◆ TASK REQUIREMENTS:
The lines from the start of the data through the line with "# Sketch2 →" are to be returned verbatim; all later lines are to be omitted.

Records from a collection:

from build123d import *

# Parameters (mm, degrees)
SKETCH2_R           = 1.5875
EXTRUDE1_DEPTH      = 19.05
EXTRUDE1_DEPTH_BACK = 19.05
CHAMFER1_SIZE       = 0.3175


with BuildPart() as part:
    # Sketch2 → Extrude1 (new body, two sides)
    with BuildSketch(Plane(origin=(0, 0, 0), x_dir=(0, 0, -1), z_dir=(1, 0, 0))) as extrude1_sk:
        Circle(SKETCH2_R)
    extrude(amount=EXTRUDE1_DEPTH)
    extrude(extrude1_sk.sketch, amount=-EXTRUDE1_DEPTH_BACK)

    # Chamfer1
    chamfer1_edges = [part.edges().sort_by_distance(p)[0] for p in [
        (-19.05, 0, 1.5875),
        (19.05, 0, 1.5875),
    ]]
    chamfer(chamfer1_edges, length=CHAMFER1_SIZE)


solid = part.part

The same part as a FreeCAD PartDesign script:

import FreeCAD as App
import Part
import Sketcher
Q = App.Units.Quantity


def edges_at(feature, points):
    """Names of the edges that pass closest to the given points."""
    edges = feature.Shape.Edges
    near = lambda p: min(range(len(edges)), key=lambda i: edges[i].distToShape(Part.Vertex(*p))[0])
    return sorted({f"Edge{near(p) + 1}" for p in points})

doc = App.newDocument("Part")
body = doc.addObject("PartDesign::Body", "Body")

sketch1 = body.newObject("Sketcher::SketchObject", "Sketch")
sketch1.AttachmentSupport = (doc.getObject("YZ_Plane"), [""])
sketch1.MapMode = "FlatFace"
sketch1.addGeometry(Part.Circle(App.Vector(0, 0, 0), App.Vector(0, 0, 1), 1.6), False)
sketch1.addConstraint([
    Sketcher.Constraint("Coincident", 0, 3, -1, 1),
    Sketcher.Constraint("Diameter", 0, Q("0.125 in")),
])
pad1 = body.newObject("PartDesign::Pad", "Pad")
pad1.Profile = sketch1
pad1.Type = "TwoLengths"
pad1.Length = Q("0.75 in")
pad1.Length2 = Q("0.75 in")
doc.recompute()

chamfer = body.newObject("PartDesign::Chamfer", "Chamfer")
chamfer.Base = (pad1, edges_at(pad1, [(-19.05, 0, 1.587), (19.05, 0, 1.587)]))
chamfer.Size = Q("0.0125 in")

doc.recompute()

◆ ANSWER BOX:
from build123d import *

# Parameters (mm, degrees)
SKETCH2_R           = 1.5875
EXTRUDE1_DEPTH      = 19.05
EXTRUDE1_DEPTH_BACK = 19.05
CHAMFER1_SIZE       = 0.3175


with BuildPart() as part:
    # Sketch2 → Extrude1 (new body, two sides)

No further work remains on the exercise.